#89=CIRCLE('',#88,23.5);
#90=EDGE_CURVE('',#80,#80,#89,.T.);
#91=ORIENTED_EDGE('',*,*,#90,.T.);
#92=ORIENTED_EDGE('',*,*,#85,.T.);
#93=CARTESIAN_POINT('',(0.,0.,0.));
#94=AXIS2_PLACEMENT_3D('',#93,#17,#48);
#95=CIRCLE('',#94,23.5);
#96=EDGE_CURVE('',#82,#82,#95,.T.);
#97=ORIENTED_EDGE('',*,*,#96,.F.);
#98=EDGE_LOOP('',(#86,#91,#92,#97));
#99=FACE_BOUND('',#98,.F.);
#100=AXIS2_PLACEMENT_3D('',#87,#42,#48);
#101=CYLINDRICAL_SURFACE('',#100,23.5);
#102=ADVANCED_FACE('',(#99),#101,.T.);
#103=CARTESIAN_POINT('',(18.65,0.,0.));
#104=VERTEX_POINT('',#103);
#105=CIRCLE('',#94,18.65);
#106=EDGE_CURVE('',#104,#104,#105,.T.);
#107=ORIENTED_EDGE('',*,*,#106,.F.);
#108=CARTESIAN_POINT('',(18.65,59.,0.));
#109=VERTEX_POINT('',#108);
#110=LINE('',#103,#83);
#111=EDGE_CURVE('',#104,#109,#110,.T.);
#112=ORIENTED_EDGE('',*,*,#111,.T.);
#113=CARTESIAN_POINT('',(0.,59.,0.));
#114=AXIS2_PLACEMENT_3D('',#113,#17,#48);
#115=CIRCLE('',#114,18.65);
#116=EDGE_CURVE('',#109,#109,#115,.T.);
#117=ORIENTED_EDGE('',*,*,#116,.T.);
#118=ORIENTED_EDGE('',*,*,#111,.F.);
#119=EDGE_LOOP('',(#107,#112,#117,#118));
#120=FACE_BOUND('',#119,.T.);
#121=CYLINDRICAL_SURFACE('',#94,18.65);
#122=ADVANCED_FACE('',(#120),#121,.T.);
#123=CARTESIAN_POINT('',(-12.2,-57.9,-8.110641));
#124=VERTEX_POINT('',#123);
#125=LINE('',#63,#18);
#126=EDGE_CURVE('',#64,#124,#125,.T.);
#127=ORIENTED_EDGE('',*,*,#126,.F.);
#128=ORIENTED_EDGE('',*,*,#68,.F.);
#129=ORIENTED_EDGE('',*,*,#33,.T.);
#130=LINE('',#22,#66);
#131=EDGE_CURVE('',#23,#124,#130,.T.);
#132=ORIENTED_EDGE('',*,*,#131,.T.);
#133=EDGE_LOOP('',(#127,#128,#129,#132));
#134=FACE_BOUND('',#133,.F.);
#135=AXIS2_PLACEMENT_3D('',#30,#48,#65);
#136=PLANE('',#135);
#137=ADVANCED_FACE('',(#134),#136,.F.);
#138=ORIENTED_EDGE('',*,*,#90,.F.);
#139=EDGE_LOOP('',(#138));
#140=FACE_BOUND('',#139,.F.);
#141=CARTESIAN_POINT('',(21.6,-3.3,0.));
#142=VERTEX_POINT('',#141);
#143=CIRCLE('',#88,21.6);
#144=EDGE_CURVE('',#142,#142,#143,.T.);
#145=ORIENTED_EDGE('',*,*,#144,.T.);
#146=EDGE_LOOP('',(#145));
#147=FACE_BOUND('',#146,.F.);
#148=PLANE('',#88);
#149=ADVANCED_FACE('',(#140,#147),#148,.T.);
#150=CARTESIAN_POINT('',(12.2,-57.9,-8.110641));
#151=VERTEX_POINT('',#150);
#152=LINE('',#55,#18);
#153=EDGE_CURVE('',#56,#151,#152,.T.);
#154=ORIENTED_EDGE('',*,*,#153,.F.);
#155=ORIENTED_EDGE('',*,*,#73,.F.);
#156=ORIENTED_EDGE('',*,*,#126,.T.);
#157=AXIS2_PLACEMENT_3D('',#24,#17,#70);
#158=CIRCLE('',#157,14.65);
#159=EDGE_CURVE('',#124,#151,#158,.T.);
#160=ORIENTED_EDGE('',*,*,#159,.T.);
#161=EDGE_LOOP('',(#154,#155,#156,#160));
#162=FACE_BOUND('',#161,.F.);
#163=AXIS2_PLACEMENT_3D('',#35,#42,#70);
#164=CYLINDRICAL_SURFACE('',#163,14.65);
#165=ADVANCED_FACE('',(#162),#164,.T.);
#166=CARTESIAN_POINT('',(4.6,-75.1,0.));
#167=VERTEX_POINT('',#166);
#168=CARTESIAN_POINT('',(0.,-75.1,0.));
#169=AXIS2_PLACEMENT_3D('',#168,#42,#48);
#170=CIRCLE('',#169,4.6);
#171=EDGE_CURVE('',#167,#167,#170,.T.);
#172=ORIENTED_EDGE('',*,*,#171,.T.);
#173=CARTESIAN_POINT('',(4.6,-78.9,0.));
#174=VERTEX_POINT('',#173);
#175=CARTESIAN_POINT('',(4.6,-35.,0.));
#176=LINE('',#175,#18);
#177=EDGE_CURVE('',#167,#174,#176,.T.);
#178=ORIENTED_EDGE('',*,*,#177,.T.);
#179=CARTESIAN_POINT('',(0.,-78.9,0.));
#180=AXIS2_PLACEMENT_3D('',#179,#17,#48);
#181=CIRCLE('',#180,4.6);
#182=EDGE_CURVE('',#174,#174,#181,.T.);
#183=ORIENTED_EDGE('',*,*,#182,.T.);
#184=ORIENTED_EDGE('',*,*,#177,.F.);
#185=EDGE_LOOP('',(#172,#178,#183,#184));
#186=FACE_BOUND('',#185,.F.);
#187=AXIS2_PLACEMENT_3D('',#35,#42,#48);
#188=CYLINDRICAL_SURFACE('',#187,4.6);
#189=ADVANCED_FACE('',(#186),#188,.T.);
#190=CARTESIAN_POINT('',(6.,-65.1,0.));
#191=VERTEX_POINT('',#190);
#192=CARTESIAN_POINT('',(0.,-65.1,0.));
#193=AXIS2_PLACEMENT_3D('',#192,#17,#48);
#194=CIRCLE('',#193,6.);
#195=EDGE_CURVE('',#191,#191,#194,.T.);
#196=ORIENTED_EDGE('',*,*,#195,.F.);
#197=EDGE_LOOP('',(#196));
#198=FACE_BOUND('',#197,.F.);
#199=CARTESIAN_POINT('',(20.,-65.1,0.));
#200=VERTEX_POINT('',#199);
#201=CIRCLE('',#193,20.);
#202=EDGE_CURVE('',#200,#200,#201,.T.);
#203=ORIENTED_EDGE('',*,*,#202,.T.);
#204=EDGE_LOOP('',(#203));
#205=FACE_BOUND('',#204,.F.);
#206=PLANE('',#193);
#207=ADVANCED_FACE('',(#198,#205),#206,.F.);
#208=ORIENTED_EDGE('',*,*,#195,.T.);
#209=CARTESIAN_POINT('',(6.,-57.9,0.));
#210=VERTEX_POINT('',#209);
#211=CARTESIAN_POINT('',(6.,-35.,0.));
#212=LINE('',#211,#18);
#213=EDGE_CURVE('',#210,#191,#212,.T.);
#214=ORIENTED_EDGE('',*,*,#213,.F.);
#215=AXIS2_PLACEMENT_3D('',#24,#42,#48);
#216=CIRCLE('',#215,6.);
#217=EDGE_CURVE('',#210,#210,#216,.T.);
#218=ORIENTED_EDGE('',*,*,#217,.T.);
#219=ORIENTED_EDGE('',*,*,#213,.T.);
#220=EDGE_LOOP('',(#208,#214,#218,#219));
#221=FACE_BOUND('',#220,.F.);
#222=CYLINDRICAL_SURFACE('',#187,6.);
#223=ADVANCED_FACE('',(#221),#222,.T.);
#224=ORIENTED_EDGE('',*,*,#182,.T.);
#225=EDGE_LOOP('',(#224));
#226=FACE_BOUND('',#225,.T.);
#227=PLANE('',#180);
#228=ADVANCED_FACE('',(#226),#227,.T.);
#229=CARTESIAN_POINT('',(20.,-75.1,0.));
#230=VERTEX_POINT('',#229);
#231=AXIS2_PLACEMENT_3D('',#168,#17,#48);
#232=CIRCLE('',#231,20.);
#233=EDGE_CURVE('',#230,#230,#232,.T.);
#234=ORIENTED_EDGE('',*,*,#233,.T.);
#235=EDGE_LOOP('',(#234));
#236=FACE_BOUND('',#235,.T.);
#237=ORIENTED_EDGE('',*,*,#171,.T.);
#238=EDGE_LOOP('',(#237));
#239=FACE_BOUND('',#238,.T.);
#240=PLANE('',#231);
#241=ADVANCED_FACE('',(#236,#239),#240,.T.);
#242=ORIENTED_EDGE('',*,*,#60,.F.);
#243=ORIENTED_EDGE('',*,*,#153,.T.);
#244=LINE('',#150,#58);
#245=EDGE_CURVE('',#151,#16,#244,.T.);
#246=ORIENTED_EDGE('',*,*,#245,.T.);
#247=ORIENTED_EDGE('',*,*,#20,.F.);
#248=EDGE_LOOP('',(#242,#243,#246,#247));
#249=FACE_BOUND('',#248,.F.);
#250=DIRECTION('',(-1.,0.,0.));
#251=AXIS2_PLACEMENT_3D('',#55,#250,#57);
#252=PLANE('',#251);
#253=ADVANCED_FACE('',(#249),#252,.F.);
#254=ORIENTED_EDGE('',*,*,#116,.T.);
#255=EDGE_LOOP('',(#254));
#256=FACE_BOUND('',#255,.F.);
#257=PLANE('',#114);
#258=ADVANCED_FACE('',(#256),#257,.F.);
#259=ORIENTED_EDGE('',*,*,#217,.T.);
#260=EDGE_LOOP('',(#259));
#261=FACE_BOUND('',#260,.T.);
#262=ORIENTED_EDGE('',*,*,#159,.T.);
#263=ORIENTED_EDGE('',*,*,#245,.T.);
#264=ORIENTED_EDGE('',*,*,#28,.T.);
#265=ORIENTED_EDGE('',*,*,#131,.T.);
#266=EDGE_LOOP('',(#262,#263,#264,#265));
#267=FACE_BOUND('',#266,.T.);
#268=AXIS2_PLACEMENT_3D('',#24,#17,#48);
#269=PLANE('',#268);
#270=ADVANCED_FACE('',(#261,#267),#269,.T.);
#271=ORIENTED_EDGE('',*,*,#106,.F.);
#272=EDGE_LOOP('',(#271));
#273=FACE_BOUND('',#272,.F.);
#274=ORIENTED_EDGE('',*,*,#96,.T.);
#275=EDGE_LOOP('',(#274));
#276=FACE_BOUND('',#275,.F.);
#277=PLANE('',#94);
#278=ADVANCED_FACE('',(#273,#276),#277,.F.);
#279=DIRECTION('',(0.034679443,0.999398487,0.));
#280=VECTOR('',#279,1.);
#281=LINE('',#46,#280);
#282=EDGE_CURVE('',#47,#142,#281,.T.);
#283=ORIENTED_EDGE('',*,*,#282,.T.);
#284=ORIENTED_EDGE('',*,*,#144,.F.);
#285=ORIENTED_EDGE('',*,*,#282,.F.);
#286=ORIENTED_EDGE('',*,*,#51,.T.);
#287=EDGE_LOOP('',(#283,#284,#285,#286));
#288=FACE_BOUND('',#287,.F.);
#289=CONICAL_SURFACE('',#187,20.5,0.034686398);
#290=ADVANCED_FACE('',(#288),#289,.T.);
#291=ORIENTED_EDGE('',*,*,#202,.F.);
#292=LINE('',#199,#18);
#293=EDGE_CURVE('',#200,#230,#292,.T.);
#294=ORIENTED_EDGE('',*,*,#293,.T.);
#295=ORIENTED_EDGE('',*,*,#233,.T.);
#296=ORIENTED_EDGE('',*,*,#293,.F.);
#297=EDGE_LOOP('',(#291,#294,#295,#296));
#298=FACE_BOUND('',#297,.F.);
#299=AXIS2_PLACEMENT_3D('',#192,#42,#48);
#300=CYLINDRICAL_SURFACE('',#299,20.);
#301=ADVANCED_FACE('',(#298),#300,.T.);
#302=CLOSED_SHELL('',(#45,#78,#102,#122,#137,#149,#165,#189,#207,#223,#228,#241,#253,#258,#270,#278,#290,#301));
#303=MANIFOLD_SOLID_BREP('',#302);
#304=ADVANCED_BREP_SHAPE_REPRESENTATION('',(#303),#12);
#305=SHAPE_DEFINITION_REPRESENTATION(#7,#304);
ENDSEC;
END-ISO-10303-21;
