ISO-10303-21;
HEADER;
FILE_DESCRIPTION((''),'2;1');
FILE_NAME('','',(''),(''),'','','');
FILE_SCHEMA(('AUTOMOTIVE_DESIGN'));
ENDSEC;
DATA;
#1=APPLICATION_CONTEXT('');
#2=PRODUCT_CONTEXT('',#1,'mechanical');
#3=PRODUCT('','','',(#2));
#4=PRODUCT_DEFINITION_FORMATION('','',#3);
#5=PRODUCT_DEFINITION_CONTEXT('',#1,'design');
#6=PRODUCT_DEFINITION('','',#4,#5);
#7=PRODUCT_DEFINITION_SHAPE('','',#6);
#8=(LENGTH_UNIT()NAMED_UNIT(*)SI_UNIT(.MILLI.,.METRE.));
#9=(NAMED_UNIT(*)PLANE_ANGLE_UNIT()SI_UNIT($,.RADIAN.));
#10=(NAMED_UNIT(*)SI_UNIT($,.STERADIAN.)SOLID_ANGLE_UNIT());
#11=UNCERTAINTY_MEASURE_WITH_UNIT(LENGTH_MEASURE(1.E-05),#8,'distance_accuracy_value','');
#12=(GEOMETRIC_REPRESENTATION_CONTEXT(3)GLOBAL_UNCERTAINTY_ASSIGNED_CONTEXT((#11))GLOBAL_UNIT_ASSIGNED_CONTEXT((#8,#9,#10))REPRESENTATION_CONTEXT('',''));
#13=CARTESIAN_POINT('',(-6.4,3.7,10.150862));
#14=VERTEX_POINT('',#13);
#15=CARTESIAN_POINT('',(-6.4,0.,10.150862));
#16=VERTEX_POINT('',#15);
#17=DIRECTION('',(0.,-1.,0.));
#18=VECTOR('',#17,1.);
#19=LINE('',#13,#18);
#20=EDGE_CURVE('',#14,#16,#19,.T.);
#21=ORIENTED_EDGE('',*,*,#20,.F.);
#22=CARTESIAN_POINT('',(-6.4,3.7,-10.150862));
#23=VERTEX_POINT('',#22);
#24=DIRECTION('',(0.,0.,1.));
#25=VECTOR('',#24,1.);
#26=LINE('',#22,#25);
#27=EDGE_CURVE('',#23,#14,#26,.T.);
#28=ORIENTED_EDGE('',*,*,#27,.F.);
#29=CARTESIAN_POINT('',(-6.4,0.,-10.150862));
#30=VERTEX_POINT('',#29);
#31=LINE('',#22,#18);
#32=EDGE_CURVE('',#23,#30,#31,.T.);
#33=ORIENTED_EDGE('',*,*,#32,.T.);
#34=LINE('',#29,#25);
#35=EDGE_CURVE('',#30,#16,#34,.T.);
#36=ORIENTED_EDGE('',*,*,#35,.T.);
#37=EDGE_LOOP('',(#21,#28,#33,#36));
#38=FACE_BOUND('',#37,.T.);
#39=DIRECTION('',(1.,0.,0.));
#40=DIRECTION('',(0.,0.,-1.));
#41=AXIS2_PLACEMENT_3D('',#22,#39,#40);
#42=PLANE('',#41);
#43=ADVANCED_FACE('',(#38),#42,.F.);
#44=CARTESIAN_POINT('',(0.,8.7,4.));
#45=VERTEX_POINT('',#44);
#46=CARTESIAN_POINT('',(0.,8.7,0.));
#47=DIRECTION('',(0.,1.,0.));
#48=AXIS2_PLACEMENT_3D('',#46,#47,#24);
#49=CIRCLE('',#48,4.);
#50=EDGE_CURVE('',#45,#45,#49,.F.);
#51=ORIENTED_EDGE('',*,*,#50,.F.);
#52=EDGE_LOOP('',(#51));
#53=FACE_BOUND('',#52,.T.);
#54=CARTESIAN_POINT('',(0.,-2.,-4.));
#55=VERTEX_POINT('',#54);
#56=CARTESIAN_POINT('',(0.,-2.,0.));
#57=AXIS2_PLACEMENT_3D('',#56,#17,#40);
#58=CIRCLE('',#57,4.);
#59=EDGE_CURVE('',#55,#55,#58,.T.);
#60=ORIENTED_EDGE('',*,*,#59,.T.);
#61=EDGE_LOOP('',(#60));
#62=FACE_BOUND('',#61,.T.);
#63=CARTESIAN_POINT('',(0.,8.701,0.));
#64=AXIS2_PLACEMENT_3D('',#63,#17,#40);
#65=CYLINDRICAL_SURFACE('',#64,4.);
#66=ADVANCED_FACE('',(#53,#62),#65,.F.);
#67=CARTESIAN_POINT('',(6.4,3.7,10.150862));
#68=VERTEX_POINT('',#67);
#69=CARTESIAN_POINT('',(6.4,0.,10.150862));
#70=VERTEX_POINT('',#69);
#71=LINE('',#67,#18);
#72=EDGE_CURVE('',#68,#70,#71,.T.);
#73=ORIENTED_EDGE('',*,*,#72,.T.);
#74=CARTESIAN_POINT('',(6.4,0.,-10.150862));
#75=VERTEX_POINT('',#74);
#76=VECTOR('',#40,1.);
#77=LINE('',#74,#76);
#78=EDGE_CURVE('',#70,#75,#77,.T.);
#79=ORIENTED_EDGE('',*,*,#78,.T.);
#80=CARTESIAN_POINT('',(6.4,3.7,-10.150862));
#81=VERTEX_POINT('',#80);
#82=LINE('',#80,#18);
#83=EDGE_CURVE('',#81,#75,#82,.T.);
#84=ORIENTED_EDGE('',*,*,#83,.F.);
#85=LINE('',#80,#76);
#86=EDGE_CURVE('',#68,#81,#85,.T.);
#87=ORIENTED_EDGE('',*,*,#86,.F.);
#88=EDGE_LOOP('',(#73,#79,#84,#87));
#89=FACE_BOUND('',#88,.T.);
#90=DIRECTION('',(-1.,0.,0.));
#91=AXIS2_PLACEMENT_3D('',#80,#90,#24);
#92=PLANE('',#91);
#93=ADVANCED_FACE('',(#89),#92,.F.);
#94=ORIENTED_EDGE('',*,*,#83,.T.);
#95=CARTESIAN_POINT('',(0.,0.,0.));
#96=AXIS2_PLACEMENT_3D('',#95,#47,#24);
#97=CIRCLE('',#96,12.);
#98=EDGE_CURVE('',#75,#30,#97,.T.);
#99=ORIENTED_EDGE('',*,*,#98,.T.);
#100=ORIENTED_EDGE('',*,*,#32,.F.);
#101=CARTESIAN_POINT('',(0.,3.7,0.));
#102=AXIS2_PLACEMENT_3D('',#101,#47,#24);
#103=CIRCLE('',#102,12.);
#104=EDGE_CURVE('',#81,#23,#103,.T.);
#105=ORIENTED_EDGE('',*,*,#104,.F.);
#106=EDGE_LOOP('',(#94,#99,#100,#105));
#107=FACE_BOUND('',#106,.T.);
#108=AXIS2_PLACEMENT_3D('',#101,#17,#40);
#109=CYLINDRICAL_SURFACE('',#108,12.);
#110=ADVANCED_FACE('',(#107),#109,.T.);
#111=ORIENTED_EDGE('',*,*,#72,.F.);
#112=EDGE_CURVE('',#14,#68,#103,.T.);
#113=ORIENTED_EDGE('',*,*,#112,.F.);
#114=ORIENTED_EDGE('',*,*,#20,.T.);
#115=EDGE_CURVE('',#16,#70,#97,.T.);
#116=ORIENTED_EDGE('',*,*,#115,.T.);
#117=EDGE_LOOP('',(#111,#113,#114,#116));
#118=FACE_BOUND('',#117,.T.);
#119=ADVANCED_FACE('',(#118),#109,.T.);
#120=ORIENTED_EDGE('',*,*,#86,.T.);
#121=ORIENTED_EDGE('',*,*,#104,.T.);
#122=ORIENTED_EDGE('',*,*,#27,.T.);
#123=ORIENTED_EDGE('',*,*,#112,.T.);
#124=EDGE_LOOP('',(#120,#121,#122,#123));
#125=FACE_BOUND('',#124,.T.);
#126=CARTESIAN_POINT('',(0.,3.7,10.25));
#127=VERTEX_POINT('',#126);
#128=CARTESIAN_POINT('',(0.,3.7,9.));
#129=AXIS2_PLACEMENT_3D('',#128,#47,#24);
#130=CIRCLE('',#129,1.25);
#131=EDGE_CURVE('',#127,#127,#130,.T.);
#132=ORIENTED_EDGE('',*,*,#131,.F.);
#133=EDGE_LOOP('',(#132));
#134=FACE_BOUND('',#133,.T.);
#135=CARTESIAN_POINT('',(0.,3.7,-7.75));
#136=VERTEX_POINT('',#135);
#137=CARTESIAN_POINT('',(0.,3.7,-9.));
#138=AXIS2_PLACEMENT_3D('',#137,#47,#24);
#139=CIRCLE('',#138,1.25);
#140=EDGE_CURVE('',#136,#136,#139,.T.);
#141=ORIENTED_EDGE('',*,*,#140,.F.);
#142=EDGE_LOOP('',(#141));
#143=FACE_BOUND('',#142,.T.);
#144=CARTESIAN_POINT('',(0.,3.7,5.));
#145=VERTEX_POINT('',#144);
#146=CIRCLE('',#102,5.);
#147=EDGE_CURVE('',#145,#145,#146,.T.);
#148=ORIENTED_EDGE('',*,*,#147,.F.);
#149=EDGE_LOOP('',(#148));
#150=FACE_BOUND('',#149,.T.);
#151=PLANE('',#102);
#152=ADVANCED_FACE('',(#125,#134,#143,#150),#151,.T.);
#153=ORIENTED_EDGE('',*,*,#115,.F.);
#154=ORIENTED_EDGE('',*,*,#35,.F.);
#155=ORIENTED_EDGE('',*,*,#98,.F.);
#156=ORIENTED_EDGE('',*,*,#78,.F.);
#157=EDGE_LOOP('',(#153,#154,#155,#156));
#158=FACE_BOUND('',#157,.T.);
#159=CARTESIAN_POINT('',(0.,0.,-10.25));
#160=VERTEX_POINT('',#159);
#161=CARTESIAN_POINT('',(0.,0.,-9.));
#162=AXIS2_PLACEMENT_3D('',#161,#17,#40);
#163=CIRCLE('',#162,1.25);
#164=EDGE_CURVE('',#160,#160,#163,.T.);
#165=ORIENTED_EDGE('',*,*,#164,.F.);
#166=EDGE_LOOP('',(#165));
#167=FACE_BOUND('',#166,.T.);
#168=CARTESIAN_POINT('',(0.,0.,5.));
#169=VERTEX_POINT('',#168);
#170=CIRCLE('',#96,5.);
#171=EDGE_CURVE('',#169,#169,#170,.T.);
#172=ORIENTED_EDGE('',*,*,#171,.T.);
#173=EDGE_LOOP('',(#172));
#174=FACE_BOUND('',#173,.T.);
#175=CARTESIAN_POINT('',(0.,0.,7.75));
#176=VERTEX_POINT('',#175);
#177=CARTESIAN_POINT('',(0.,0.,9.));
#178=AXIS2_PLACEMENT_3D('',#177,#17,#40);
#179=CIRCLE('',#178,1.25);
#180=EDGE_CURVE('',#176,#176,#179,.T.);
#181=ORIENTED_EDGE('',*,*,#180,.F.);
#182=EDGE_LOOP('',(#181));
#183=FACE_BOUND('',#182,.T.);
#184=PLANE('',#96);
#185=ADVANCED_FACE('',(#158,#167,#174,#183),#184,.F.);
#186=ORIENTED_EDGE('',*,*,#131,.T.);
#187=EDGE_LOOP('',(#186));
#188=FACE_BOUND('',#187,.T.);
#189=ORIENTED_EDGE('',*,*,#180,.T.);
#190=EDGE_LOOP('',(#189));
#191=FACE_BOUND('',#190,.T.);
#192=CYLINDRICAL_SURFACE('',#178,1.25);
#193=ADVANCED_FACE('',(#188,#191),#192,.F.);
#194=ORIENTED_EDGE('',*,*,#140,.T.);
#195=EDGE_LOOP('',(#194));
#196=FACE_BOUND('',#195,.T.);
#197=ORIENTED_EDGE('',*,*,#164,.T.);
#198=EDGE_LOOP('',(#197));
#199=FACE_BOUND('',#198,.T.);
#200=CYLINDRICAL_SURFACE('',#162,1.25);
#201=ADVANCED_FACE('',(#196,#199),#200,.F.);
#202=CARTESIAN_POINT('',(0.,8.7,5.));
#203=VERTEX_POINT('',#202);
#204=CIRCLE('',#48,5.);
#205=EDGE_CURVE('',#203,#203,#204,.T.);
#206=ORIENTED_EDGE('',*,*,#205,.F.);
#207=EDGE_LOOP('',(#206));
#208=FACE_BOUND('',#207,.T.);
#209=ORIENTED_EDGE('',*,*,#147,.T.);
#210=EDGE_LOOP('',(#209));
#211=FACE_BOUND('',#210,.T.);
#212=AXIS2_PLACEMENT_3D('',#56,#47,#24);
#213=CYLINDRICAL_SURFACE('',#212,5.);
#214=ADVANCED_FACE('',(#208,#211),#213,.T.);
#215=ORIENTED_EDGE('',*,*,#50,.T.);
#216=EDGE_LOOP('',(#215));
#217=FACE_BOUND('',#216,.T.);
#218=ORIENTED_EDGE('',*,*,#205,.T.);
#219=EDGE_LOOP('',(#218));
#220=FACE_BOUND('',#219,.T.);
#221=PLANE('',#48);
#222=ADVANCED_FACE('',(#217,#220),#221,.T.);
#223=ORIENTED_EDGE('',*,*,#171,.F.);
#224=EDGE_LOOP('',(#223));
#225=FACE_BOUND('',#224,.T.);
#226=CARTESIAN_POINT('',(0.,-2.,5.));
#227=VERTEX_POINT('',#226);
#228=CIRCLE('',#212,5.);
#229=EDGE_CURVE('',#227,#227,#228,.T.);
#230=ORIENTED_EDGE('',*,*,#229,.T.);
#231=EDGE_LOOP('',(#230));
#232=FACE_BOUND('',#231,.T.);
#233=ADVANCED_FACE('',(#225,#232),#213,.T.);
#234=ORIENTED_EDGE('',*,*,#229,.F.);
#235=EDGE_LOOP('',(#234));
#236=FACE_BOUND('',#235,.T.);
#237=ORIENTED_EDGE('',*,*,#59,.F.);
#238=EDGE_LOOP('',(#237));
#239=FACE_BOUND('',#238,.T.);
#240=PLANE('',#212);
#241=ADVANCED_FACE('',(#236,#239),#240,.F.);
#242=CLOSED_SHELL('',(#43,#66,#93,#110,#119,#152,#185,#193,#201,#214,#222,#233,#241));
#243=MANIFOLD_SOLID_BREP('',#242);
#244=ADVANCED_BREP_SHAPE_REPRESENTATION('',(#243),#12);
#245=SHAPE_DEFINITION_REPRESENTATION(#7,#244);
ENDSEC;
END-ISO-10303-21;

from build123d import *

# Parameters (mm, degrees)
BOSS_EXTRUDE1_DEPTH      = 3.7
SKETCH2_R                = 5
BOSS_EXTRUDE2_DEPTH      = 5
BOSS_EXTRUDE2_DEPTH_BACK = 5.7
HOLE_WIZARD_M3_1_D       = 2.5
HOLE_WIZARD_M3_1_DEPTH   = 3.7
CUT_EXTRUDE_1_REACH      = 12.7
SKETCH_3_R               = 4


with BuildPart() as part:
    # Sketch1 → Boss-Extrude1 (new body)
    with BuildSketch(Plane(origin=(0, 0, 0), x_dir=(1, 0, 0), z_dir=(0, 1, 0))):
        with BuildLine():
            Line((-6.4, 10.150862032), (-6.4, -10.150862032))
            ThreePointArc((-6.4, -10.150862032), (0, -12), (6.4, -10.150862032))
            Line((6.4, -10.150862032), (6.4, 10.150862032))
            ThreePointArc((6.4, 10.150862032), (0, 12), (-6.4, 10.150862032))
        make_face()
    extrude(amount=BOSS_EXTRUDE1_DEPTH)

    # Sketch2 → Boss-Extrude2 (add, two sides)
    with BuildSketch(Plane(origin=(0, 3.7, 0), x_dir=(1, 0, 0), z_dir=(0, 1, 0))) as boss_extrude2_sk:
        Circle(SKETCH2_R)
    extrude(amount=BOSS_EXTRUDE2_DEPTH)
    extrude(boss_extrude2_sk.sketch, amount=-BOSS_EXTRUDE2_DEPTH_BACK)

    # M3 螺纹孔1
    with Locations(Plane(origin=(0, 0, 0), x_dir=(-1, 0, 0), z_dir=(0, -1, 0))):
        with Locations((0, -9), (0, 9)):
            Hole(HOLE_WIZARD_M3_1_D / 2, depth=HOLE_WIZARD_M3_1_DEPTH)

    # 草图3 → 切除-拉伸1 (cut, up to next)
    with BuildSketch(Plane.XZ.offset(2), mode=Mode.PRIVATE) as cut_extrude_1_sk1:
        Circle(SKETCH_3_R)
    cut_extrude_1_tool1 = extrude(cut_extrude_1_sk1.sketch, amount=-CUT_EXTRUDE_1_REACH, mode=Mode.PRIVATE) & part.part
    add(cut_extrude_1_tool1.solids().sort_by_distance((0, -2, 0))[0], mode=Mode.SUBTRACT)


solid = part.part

:::

Exercise requirements –
Search the records for lines holding the word "VECTOR", then copy each line you find.

Task solution –
#280=VECTOR('',#279,1.);
#18=VECTOR('',#17,1.);
#25=VECTOR('',#24,1.);
#76=VECTOR('',#40,1.);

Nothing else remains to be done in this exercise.